**** PROVIDED RECORDS

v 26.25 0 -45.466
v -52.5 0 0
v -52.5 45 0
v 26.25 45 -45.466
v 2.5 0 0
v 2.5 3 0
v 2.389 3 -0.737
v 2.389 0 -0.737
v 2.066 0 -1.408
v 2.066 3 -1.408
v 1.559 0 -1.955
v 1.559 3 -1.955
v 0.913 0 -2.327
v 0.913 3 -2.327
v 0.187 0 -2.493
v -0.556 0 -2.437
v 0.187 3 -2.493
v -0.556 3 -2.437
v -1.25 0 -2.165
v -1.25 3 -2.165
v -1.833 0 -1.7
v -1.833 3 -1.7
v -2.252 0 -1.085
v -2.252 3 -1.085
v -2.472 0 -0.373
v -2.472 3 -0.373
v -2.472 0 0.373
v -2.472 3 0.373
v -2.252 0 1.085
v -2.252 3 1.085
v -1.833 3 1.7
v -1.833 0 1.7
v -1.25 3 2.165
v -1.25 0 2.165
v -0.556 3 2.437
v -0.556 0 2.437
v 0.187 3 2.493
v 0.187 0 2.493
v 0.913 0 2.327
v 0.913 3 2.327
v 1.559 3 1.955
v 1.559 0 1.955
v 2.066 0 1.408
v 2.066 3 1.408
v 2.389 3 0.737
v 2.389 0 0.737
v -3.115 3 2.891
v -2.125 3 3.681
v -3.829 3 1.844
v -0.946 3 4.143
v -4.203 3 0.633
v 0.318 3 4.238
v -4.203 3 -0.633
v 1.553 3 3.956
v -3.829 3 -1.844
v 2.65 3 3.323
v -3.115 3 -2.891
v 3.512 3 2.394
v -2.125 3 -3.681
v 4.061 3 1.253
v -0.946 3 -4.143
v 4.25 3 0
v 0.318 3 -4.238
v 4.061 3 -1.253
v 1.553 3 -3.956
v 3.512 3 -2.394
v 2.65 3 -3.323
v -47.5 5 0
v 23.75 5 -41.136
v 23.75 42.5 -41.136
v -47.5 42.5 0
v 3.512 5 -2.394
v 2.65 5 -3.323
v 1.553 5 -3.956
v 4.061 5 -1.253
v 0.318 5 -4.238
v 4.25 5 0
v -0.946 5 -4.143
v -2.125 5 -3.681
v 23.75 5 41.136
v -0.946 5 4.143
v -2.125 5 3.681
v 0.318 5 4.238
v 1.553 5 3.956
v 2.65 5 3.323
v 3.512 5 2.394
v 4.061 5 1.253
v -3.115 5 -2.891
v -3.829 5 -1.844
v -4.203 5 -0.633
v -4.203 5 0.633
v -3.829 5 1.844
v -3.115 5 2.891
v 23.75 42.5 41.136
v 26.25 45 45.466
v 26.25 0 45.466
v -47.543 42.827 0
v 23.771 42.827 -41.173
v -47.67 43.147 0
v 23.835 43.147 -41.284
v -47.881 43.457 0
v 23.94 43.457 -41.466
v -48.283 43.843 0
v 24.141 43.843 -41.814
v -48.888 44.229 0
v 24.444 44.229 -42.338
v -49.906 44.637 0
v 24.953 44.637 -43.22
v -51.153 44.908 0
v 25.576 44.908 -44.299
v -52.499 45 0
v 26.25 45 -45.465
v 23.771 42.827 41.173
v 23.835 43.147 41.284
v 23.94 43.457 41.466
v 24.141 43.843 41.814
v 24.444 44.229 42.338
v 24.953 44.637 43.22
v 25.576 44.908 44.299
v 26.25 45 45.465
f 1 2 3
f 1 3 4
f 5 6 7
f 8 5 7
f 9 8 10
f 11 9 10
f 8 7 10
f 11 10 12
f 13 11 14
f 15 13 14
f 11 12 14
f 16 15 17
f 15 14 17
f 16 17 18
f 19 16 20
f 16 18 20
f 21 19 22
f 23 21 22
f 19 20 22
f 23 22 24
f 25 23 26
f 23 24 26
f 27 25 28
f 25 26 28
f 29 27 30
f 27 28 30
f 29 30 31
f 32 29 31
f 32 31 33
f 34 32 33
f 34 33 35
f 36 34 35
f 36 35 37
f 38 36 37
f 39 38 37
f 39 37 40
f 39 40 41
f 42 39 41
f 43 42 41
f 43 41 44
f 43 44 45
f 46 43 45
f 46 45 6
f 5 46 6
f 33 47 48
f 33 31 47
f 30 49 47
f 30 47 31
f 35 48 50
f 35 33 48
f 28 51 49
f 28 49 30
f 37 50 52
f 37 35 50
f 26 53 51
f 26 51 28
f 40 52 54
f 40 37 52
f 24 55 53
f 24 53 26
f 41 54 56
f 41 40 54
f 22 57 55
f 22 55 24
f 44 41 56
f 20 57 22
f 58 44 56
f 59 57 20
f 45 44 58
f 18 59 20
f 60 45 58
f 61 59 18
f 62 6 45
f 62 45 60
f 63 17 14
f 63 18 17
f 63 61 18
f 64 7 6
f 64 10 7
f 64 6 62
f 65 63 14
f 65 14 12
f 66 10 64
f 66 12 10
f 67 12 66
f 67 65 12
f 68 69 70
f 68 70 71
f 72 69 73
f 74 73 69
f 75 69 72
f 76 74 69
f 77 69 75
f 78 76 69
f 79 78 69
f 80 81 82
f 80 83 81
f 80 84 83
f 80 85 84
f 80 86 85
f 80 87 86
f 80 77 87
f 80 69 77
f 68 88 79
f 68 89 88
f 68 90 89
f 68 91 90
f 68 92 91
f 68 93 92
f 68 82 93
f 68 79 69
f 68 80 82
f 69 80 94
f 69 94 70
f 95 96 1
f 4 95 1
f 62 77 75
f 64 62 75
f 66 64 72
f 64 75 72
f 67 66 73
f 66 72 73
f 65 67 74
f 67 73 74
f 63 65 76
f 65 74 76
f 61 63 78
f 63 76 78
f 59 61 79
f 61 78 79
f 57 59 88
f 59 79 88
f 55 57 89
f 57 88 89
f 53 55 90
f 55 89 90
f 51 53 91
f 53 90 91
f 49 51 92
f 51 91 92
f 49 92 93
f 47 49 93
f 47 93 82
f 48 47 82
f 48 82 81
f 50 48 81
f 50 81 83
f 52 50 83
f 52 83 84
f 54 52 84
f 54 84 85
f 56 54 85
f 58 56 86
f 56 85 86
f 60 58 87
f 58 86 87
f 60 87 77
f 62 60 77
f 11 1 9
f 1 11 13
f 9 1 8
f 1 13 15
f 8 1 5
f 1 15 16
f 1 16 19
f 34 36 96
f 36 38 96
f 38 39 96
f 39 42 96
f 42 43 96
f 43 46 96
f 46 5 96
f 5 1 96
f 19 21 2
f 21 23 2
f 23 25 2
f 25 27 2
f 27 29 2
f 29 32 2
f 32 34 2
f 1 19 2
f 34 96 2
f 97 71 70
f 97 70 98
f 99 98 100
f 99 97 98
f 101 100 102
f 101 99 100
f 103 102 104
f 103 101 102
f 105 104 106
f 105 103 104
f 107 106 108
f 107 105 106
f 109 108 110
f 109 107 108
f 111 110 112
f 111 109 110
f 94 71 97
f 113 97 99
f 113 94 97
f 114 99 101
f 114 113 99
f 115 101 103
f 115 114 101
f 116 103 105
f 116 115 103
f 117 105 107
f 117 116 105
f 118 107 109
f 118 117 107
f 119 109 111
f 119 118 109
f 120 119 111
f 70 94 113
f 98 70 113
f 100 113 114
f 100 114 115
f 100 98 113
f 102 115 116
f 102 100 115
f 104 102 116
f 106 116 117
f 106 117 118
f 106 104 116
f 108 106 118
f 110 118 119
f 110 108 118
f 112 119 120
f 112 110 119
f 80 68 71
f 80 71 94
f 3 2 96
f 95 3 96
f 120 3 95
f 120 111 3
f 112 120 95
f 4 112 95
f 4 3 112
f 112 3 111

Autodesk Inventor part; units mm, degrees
ref_plane "YZ Plane" through (0, 0, 0) normal (1, 0, 0) x (0, 1, 0)
ref_plane "XZ Plane" through (0, 0, 0) normal (0, 1, 0) x (-1, 0, 0)
ref_plane "XY Plane" through (0, 0, 0) normal (0, 0, 1) x (1, 0, 0)
sketch "Sketch1" plane through (0, 0, 0) normal (0, 1, 0) x (-1, 0, 0)
  circle A0 centre (0, 0) radius 52.5
  line L0 (0, 0) -> (52.5, 0)
  line L1 (52.5, 0) -> (0, 0)
  line L2 (52.5, 0) -> (0, 0)
  line L3 (0, 0) -> (-26.25, 0)
  line L4 (-26.25, 0) -> (-26.25, 45.4663)
  line L5 (52.5, 0) -> (-26.25, 45.4663)
  line L6 (-26.25, 0) -> (-26.25, -45.4663)
  line L7 (52.5, 0) -> (-26.25, -45.4663)
extrude "Extrusion1" add sketch "Sketch1" along normal blind 5 contours L7 L6 L3 L0 | L0 L3 L4 L5
sketch "Sketch5" plane through (0, 5, 0) normal (0, 1, 0) x (1, 0, 0)
  circle A0 centre (0, 0) radius 4.25
  dimension "d9" = 8.5
extrude "Extrusion3" cut sketch "Sketch5" against normal blind 2
sketch "Sketch6" plane through (0, 5, 0) normal (0, 1, 0) x (1, 0, 0)
  circle A0 centre (0, 0) radius 2.5
  dimension "d12" = 5
extrude "Extrusion4" add sketch "Sketch6" against normal blind 10
sketch "Sketch7" plane through (0, 5, 0) normal (0, 1, 0) x (1, 0, 0)
  circle A0 centre (0, 0) radius 4.25 projected
  circle A1 centre (0, 0) radius 2.5
extrude "Extrusion5" cut sketch "Sketch7" against normal through all contours A1
sketch "Sketch8" plane through (0, 5, 0) normal (0, 1, 0) x (1, 0, 0)
  line L0 (-52.5, 0) -> (26.25, -45.4663) projected
  line L1 (-52.5, 0) -> (26.25, -45.4663)
  line L2 (26.25, 45.4663) -> (-52.5, 0) projected
  line L3 (26.25, -45.4663) -> (26.25, 45.4663)
  line L4 (26.25, 45.4663) -> (-52.5, 0)
  line L5 (26.25, -45.4663) -> (26.25, 45.4663) projected
  line L6 (26.25, 0) -> (23.75, 0)
  line L7 (-13.125, -22.7332) -> (-11.875, -20.5681)
  line L8 (-13.125, 22.7332) -> (-11.875, 20.5681)
  line L9 (-11.875, -20.5681) -> (-47.5, 0)
  line L10 (-47.5, 0) -> (-11.875, 20.5681)
  line L11 (23.75, 0) -> (23.75, 41.1362)
  line L12 (23.75, 41.1362) -> (-11.875, 20.5681)
  line L13 (23.75, 0) -> (23.75, -41.1362)
  line L14 (-11.875, -20.5681) -> (23.75, -41.1362)
  point P0 (0, 0)
  dimension "d17" = 2.5
  dimension "d18" = 2.5
extrude "Extrusion6" add sketch "Sketch8" along normal blind 40 contours L2 L8 L10 L9 L7 L0 | L7 L14 L13 L6 L3 L0 | L2 L3 L6 L11 L12 L8
fillet "Fillet1" radius 2.5 3 edges at (-11.875, 45, -20.5681) (23.75, 45, 0) (-11.875, 45, 20.5681)
properties part number "TrojkatP"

********

▶ _TASK STATEMENT_
When you reach the line holding "v -0.946 3 4.143" in the records above, begin reproducing exactly, stop after the line holding "v 23.75 42.5 -41.136", and output nothing else.

▶ _ANSWER TO THIS TASK_
v -0.946 3 4.143
v -4.203 3 0.633
v 0.318 3 4.238
v -4.203 3 -0.633
v 1.553 3 3.956
v -3.829 3 -1.844
v 2.65 3 3.323
v -3.115 3 -2.891
v 3.512 3 2.394
v -2.125 3 -3.681
v 4.061 3 1.253
v -0.946 3 -4.143
v 4.25 3 0
v 0.318 3 -4.238
v 4.061 3 -1.253
v 1.553 3 -3.956
v 3.512 3 -2.394
v 2.65 3 -3.323
v -47.5 5 0
v 23.75 5 -41.136
v 23.75 42.5 -41.136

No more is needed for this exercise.